My ego isn’t tied up in my baking. That might sound strange to anyone who’s heard tell of the “sobbing in front of the oven before lemon friend’s birthday” incident of 2021. But it’s true.

I know I’m good. And I don’t need you to tell me that. My confidence doesn’t hinge on your opinion; we’re way beyond that. The only person I need to please is myself. Don’t get me wrong, I love when people love my work. And I will absolutely go out of my way to find the perfect recipe to make someone’s day special. I want to resurrect your childhood, and I want you to be stoked about it.

But no amount of consolation is going to smooth over the fact that the cake was a little dry. The texture was great, and the flavour was… normal, but the cake was dry. I’m not afraid to say it. I know it’s the truth. And I’m not afraid of the truth. It doesn’t make me any less skilled at my craft to admit that this wasn’t my best work. In fact, it kind of opens up opportunities for the magical days when it actually is my finest work. Sometimes I nail it. Other days I don’t nail it. And that is ok. Every day cannot be Christmas morning. Then it wouldn’t be special. 

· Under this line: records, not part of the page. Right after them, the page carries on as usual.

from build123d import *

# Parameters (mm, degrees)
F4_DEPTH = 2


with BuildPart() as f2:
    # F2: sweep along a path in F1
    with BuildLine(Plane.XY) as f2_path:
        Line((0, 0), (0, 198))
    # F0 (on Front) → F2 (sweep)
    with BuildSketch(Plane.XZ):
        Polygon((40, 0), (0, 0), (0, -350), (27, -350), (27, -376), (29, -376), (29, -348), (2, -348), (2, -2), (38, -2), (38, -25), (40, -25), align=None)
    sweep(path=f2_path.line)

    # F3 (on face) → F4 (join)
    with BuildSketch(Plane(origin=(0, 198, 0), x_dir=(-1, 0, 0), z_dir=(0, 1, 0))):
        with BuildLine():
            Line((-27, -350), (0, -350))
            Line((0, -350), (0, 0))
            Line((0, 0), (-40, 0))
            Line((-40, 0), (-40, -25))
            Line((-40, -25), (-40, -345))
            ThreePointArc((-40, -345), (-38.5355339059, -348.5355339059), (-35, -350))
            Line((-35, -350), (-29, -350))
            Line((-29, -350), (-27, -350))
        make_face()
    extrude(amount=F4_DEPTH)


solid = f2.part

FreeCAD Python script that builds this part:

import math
import FreeCAD as App
import Part
import Sketcher
from FreeCAD import Vector
Q = App.Units.Quantity


def add_polygon(sketch, points):
    """Adds a closed chain of lines whose ends are joined by coincident constraints."""
    first, n = sketch.GeometryCount, len(points)
    for a, b in zip(points, points[1:] + points[:1]):
        sketch.addGeometry(Part.LineSegment(App.Vector(*a, 0), App.Vector(*b, 0)), False)
    for i in range(n):
        sketch.addConstraint(Sketcher.Constraint("Coincident", first + i, 2, first + (i + 1) % n, 1))

doc = App.newDocument("Part")
params = doc.addObject("Spreadsheet::Sheet", "Params")
for row, (alias, value) in enumerate([
    ("sketch1_width", "40 mm"),
    ("sketch1_width2", "27 mm"),
    ("sketch1_width3", "2 mm"),
    ("sketch1_height", "350 mm"),
    ("sketch1_height2", "26 mm"),
    ("sketch2_height", "198 mm"),
    ("sketch3_radius", "5 mm"),
    ("sketch3_width", "40 mm"),
    ("sketch3_height", "350 mm"),
    ("pad1_length", "2 mm"),
], start=1):
    params.set(f"A{row}", alias)
    params.set(f"B{row}", "=" + value)
    params.setAlias(f"B{row}", alias)

body = doc.addObject("PartDesign::Body", "Body")

sketch1 = body.newObject("Sketcher::SketchObject", "Sketch")
sketch1.AttachmentSupport = (doc.getObject("XZ_Plane"), [""])
sketch1.MapMode = "FlatFace"
add_polygon(sketch1, [(40, 0), (0, 0), (0, -350), (27, -350), (27, -376), (29, -376), (29, -348), (2, -348), (2, -2), (38, -2), (38, -25), (40, -25)])
sketch1.addConstraint(Sketcher.Constraint("Horizontal", 0))
sketch1.addConstraint(Sketcher.Constraint("Vertical", 1))
sketch1.addConstraint(Sketcher.Constraint("Horizontal", 2))
sketch1.addConstraint(Sketcher.Constraint("Vertical", 3))
sketch1.addConstraint(Sketcher.Constraint("Horizontal", 4))
sketch1.addConstraint(Sketcher.Constraint("Vertical", 5))
sketch1.addConstraint(Sketcher.Constraint("Horizontal", 6))
sketch1.addConstraint(Sketcher.Constraint("Vertical", 7))
sketch1.addConstraint(Sketcher.Constraint("Horizontal", 8))
sketch1.addConstraint(Sketcher.Constraint("Vertical", 9))
sketch1.addConstraint(Sketcher.Constraint("Horizontal", 10))
sketch1.addConstraint(Sketcher.Constraint("Vertical", 11))
sketch1.addConstraint(Sketcher.Constraint("Coincident", 0, 2, -1, 1))
sketch1.addConstraint(Sketcher.Constraint("Equal", 2, 6))
sketch1.addConstraint(Sketcher.Constraint("Equal", 4, 10))
sketch1.addConstraint(Sketcher.Constraint("DistanceX", 0, 2, 0, 1, Q("40 mm")))
sketch1.addConstraint(Sketcher.Constraint("DistanceX", 2, 1, 2, 2, Q("27 mm")))
sketch1.addConstraint(Sketcher.Constraint("DistanceX", 4, 1, 4, 2, Q("2 mm")))
sketch1.addConstraint(Sketcher.Constraint("DistanceY", 1, 2, 1, 1, Q("350 mm")))
sketch1.addConstraint(Sketcher.Constraint("DistanceY", 3, 2, 3, 1, Q("26 mm")))
sketch1.addConstraint(Sketcher.Constraint("DistanceY", 5, 1, 5, 2, Q("28 mm")))
sketch1.addConstraint(Sketcher.Constraint("DistanceY", 7, 1, 7, 2, Q("346 mm")))
sketch1.addConstraint(Sketcher.Constraint("DistanceY", 9, 2, 9, 1, Q("23 mm")))
sketch1.setExpression("Constraints[27]", "Params.sketch1_width")
sketch1.setExpression("Constraints[28]", "Params.sketch1_width2")
sketch1.setExpression("Constraints[29]", "Params.sketch1_width3")
sketch1.setExpression("Constraints[30]", "Params.sketch1_height")
sketch1.setExpression("Constraints[31]", "Params.sketch1_height2")

sketch2 = body.newObject("Sketcher::SketchObject", "Sketch001")
sketch2.AttachmentSupport = (doc.getObject("XY_Plane"), [""])
sketch2.MapMode = "FlatFace"
sketch2.addGeometry(Part.LineSegment(Vector(0, 0, 0), Vector(0, 198, 0)), False)
sketch2.addConstraint(Sketcher.Constraint("Vertical", 0))
sketch2.addConstraint(Sketcher.Constraint("Coincident", 0, 1, -1, 1))
sketch2.addConstraint(Sketcher.Constraint("DistanceY", 0, 1, 0, 2, Q("198 mm")))
sketch2.setExpression("Constraints[2]", "Params.sketch2_height")
doc.recompute()

additivepipe = body.newObject("PartDesign::AdditivePipe", "AdditivePipe")
additivepipe.Profile = sketch1
additivepipe.Spine = (sketch2, ["Edge1"])

sketch3 = body.newObject("Sketcher::SketchObject", "Sketch002")
sketch3.AttachmentSupport = (doc.getObject("XZ_Plane"), [""])
sketch3.MapMode = "FlatFace"
sketch3.AttachmentOffset = App.Placement(Vector(0, 0, -198), App.Rotation())
sketch3.addGeometry(Part.LineSegment(Vector(0, -350, 0), Vector(0, 0, 0)), False)
sketch3.addGeometry(Part.LineSegment(Vector(0, 0, 0), Vector(40, 0, 0)), False)
sketch3.addGeometry(Part.LineSegment(Vector(40, 0, 0), Vector(40, -345, 0)), False)
sketch3.addGeometry(Part.ArcOfCircle(Part.Circle(Vector(35, -345, 0), Vector(0, 0, 1), 5), math.radians(-90), math.radians(0)), False)
sketch3.addGeometry(Part.LineSegment(Vector(35, -350, 0), Vector(0, -350, 0)), False)
sketch3.addConstraint(Sketcher.Constraint("Coincident", 0, 2, 1, 1))
sketch3.addConstraint(Sketcher.Constraint("Coincident", 1, 2, 2, 1))
sketch3.addConstraint(Sketcher.Constraint("Tangent", 2, 2, 3, 2))
sketch3.addConstraint(Sketcher.Constraint("Tangent", 3, 1, 4, 1))
sketch3.addConstraint(Sketcher.Constraint("Coincident", 4, 2, 0, 1))
sketch3.addConstraint(Sketcher.Constraint("Vertical", 0))
sketch3.addConstraint(Sketcher.Constraint("Horizontal", 1))
sketch3.addConstraint(Sketcher.Constraint("Vertical", 2))
sketch3.addConstraint(Sketcher.Constraint("Horizontal", 4))
sketch3.addConstraint(Sketcher.Constraint("Coincident", 0, 2, -1, 1))
sketch3.addConstraint(Sketcher.Constraint("Radius", 3, Q("5 mm")))
sketch3.addConstraint(Sketcher.Constraint("DistanceX", 1, 1, 1, 2, Q("40 mm")))
sketch3.addConstraint(Sketcher.Constraint("DistanceY", 0, 1, 0, 2, Q("350 mm")))
sketch3.setExpression("Constraints[10]", "Params.sketch3_radius")
sketch3.setExpression("Constraints[11]", "Params.sketch3_width")
sketch3.setExpression("Constraints[12]", "Params.sketch3_height")
pad1 = body.newObject("PartDesign::Pad", "Pad")
pad1.Profile = sketch3
pad1.setExpression("Length", "Params.pad1_length")
pad1.Reversed = True

doc.recompute()
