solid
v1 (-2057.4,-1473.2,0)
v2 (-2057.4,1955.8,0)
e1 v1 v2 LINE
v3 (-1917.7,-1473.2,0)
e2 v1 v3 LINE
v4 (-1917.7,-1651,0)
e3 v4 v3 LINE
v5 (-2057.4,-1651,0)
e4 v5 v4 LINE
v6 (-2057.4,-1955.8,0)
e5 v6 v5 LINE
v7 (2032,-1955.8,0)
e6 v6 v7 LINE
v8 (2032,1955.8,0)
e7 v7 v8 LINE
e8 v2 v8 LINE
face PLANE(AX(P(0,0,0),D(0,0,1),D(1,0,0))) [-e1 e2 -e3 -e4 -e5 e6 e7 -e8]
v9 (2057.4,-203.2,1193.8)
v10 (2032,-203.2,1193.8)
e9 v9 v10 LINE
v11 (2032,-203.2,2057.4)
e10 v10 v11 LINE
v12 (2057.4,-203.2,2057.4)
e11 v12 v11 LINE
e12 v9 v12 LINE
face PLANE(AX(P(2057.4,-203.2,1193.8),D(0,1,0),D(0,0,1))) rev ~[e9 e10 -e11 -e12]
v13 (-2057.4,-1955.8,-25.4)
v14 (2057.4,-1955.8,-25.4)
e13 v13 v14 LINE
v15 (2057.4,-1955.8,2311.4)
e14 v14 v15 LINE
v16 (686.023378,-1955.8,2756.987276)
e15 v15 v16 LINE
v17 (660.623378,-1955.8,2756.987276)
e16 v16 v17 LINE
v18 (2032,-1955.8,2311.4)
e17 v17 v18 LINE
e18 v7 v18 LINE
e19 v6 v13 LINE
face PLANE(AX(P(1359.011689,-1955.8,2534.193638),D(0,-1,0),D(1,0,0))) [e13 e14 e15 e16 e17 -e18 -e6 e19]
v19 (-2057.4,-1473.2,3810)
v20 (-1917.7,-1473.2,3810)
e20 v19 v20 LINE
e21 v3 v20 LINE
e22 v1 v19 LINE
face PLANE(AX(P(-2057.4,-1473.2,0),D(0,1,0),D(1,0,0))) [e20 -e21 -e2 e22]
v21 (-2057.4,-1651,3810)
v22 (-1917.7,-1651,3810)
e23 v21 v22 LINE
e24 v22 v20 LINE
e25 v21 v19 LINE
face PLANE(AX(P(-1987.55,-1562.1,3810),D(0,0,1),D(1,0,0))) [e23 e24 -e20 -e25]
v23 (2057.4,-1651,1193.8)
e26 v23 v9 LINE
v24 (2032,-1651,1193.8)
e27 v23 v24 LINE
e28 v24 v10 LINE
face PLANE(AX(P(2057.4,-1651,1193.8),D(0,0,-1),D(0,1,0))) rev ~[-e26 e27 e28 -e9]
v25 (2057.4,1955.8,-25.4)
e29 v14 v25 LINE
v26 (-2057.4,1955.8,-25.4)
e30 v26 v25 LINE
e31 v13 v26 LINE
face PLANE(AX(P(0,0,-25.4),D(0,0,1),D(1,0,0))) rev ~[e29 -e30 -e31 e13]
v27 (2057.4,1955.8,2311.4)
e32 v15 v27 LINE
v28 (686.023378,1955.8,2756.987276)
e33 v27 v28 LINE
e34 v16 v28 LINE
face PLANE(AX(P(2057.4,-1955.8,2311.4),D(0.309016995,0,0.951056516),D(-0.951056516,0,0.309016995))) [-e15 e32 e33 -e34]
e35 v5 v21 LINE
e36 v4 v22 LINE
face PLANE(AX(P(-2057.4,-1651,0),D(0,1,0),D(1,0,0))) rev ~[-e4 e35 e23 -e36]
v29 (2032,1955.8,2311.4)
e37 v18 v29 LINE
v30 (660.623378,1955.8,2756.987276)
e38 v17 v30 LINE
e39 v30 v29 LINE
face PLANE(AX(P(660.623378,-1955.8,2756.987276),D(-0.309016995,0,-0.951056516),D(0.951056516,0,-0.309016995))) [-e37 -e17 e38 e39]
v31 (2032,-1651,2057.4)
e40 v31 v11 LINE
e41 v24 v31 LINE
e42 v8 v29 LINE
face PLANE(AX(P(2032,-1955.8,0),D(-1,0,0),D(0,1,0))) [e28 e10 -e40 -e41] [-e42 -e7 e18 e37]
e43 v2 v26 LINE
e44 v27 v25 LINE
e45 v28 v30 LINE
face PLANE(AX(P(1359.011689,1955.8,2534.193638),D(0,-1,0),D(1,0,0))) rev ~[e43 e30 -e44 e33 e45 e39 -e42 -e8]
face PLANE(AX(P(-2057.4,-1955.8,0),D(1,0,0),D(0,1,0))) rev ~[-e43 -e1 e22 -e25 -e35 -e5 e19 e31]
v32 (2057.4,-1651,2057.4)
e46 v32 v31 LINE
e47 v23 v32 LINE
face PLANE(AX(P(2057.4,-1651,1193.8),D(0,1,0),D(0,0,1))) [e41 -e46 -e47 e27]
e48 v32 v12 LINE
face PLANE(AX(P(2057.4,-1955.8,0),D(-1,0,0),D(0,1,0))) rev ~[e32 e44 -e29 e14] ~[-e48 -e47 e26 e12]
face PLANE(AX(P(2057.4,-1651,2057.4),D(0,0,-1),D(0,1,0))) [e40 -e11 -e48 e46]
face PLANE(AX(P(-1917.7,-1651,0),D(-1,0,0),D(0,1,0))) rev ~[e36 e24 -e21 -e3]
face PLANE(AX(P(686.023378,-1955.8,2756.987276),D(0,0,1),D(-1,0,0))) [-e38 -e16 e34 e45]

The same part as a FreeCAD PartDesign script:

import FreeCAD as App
import Part
import Sketcher
from FreeCAD import Vector
Q = App.Units.Quantity


def add_polygon(sketch, points):
    """Adds a closed chain of lines whose ends are joined by coincident constraints."""
    first, n = sketch.GeometryCount, len(points)
    for a, b in zip(points, points[1:] + points[:1]):
        sketch.addGeometry(Part.LineSegment(App.Vector(*a, 0), App.Vector(*b, 0)), False)
    for i in range(n):
        sketch.addConstraint(Sketcher.Constraint("Coincident", first + i, 2, first + (i + 1) % n, 1))

doc = App.newDocument("Part")
params = doc.addObject("Spreadsheet::Sheet", "Params")
for row, (alias, value) in enumerate([
    ("sketch1_width", "162 in"),
    ("sketch1_height", "154 in"),
    ("pad1_length", "1 in"),
    ("sketch2_width", "1 in"),
    ("sketch2_height", "154 in"),
    ("pad2_length", "91 in"),
    ("sketch3_width", "57 in"),
    ("sketch3_height", "34 in"),
    ("pocket1_length", "1 in"),
    ("sketch4_height", "7 in"),
    ("sketch4_width", "5.5 in"),
    ("pad3_length", "150 in"),
    ("sketch5_width", "1 in"),
    ("pad4_length", "154 in"),
], start=1):
    params.set(f"A{row}", alias)
    params.set(f"B{row}", "=" + value)
    params.setAlias(f"B{row}", alias)

body = doc.addObject("PartDesign::Body", "Body")

sketch1 = body.newObject("Sketcher::SketchObject", "Sketch")
sketch1.AttachmentSupport = (doc.getObject("XY_Plane"), [""])
sketch1.MapMode = "FlatFace"
add_polygon(sketch1, [(-2057, 1956), (-2057, -1956), (2057, -1956), (2057, 1956)])
sketch1.addConstraint(Sketcher.Constraint("Vertical", 0))
sketch1.addConstraint(Sketcher.Constraint("Horizontal", 1))
sketch1.addConstraint(Sketcher.Constraint("Vertical", 2))
sketch1.addConstraint(Sketcher.Constraint("Horizontal", 3))
sketch1.addConstraint(Sketcher.Constraint("Symmetric", 0, 2, 2, 2, -1, 1))
sketch1.addConstraint(Sketcher.Constraint("DistanceX", 1, 1, 1, 2, Q("162 in")))
sketch1.addConstraint(Sketcher.Constraint("DistanceY", 0, 2, 0, 1, Q("154 in")))
sketch1.setExpression("Constraints[9]", "Params.sketch1_width")
sketch1.setExpression("Constraints[10]", "Params.sketch1_height")
pad1 = body.newObject("PartDesign::Pad", "Pad")
pad1.Profile = sketch1
pad1.setExpression("Length", "Params.pad1_length")
pad1.Reversed = True

sketch2 = body.newObject("Sketcher::SketchObject", "Sketch001")
sketch2.AttachmentSupport = (doc.getObject("XY_Plane"), [""])
sketch2.MapMode = "FlatFace"
add_polygon(sketch2, [(2032, 1956), (2032, -1956), (2057, -1956), (2057, 1956)])
sketch2.addConstraint(Sketcher.Constraint("Vertical", 0))
sketch2.addConstraint(Sketcher.Constraint("Horizontal", 1))
sketch2.addConstraint(Sketcher.Constraint("Vertical", 2))
sketch2.addConstraint(Sketcher.Constraint("Horizontal", 3))
sketch2.addConstraint(Sketcher.Constraint("DistanceX", 1, 1, 1, 2, Q("1 in")))
sketch2.addConstraint(Sketcher.Constraint("DistanceY", 0, 2, 0, 1, Q("154 in")))
sketch2.addConstraint(Sketcher.Constraint("DistanceX", -1, 1, 0, 2, Q("80 in")))
sketch2.addConstraint(Sketcher.Constraint("DistanceY", 0, 2, -1, 1, Q("77 in")))
sketch2.setExpression("Constraints[8]", "Params.sketch2_width")
sketch2.setExpression("Constraints[9]", "Params.sketch2_height")
pad2 = body.newObject("PartDesign::Pad", "Pad001")
pad2.Profile = sketch2
pad2.setExpression("Length", "Params.pad2_length")

sketch3 = body.newObject("Sketcher::SketchObject", "Sketch002")
sketch3.AttachmentSupport = (doc.getObject("YZ_Plane"), [""])
sketch3.MapMode = "FlatFace"
sketch3.AttachmentOffset = App.Placement(Vector(0, 0, 81 * 25.4), App.Rotation())
add_polygon(sketch3, [(-1651, 2057), (-1651, 1194), (-203, 1194), (-203, 2057)])
sketch3.addConstraint(Sketcher.Constraint("Vertical", 0))
sketch3.addConstraint(Sketcher.Constraint("Horizontal", 1))
sketch3.addConstraint(Sketcher.Constraint("Vertical", 2))
sketch3.addConstraint(Sketcher.Constraint("Horizontal", 3))
sketch3.addConstraint(Sketcher.Constraint("DistanceX", 1, 1, 1, 2, Q("57 in")))
sketch3.addConstraint(Sketcher.Constraint("DistanceY", 0, 2, 0, 1, Q("34 in")))
sketch3.addConstraint(Sketcher.Constraint("DistanceX", 0, 2, -1, 1, Q("65 in")))
sketch3.addConstraint(Sketcher.Constraint("DistanceY", -1, 1, 0, 2, Q("47 in")))
sketch3.setExpression("Constraints[8]", "Params.sketch3_width")
sketch3.setExpression("Constraints[9]", "Params.sketch3_height")
pocket1 = body.newObject("PartDesign::Pocket", "Pocket")
pocket1.Profile = sketch3
pocket1.setExpression("Length", "Params.pocket1_length")

sketch4 = body.newObject("Sketcher::SketchObject", "Sketch003")
sketch4.AttachmentSupport = (doc.getObject("XY_Plane"), [""])
sketch4.MapMode = "FlatFace"
add_polygon(sketch4, [(-2057, -1473), (-2057, -1651), (-1918, -1651), (-1918, -1473)])
sketch4.addConstraint(Sketcher.Constraint("Vertical", 0))
sketch4.addConstraint(Sketcher.Constraint("Horizontal", 1))
sketch4.addConstraint(Sketcher.Constraint("Vertical", 2))
sketch4.addConstraint(Sketcher.Constraint("Horizontal", 3))
sketch4.addConstraint(Sketcher.Constraint("DistanceY", 0, 2, 0, 1, Q("7 in")))
sketch4.addConstraint(Sketcher.Constraint("DistanceX", 1, 1, 1, 2, Q("5.5 in")))
sketch4.addConstraint(Sketcher.Constraint("DistanceX", 0, 2, -1, 1, Q("81 in")))
sketch4.addConstraint(Sketcher.Constraint("DistanceY", 0, 2, -1, 1, Q("65 in")))
sketch4.setExpression("Constraints[8]", "Params.sketch4_height")
sketch4.setExpression("Constraints[9]", "Params.sketch4_width")
pad3 = body.newObject("PartDesign::Pad", "Pad002")
pad3.Profile = sketch4
pad3.setExpression("Length", "Params.pad3_length")

sketch5 = body.newObject("Sketcher::SketchObject", "Sketch004")
sketch5.AttachmentSupport = (doc.getObject("XZ_Plane"), [""])
sketch5.MapMode = "FlatFace"
sketch5.AttachmentOffset = App.Placement(Vector(0, 0, 77 * 25.4), App.Rotation())
add_polygon(sketch5, [(661, 2757), (2032, 2311), (2057, 2311), (686, 2757)])
sketch5.addConstraint(Sketcher.Constraint("Horizontal", 1))
sketch5.addConstraint(Sketcher.Constraint("Horizontal", 3))
sketch5.addConstraint(Sketcher.Constraint("Parallel", 0, 2))
sketch5.addConstraint(Sketcher.Constraint("DistanceX", 1, 1, 1, 2, Q("1 in")))
sketch5.addConstraint(Sketcher.Constraint("DistanceX", -1, 1, 0, 2, Q("80 in")))
sketch5.addConstraint(Sketcher.Constraint("DistanceY", -1, 1, 0, 2, Q("91 in")))
sketch5.addConstraint(Sketcher.Constraint("Angle", 0, Q("-18 deg")))
sketch5.addConstraint(Sketcher.Constraint("DistanceX", -1, 1, 2, 2, Q("686.023378 mm")))
sketch5.setExpression("Constraints[7]", "Params.sketch5_width")
pad4 = body.newObject("PartDesign::Pad", "Pad003")
pad4.Profile = sketch5
pad4.setExpression("Length", "Params.pad4_length")
pad4.Reversed = True

doc.recompute()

But more than just “consolation would be ineffective” — consolation is unnecessary. I don’t know if people think I’m out here playing golf or what, but my (metaphorical only!) game is baseball. This is a batting average sport. I don’t have to hit it out of the park on every swing. I can bat .400 and hit plenty of singles and still go down in the hall of fame. 

I didn’t even write the recipe! I tried something out for the first time. If I’m going to be too afraid to fail to even try, I don’t belong in the kitchen. Is there a kitchen you ought to be failing in this week? 

So the white velvet cake I tried making wasn’t all that special. If you need a white cake, the Two Chicks from the Sticks Grandma’s Almond Snow Cake still, well… takes the cake (Sorry for that). This one was pulling away from the sides while it was still raw on the inside — I had to keep baking it!  

Sarah wins the Ermine Buttercream wars, as if that was a thing. She beat out Two Chicks (lumpy?) and Lagerstrom (tasteless?) and Zoe (not as amazing as I dreamed it would be, considering I sacrificed a vanilla bean?). The texture’s simply unsurpassed, and it’s not that sweet of a frosting. If you were wondering, a principle problem with Ermine is that it absorbs flavour like crazy. The solution is to add more flavouring until it tastes right. That’s normal and ok. Here, I worked too hard to get to purple and had to add some more vanilla to mask the chemical-y taste of the gel food colouring. Straight purple got me to grey, so I had to add blue and fuscia, which was just a lot of dye by the end. Why is purple such a challenge? 

A perfectly serviceable cake for a lovely evening. Still fulfilled Julia Child’s core directive:

“A party without a cake is just a meeting.”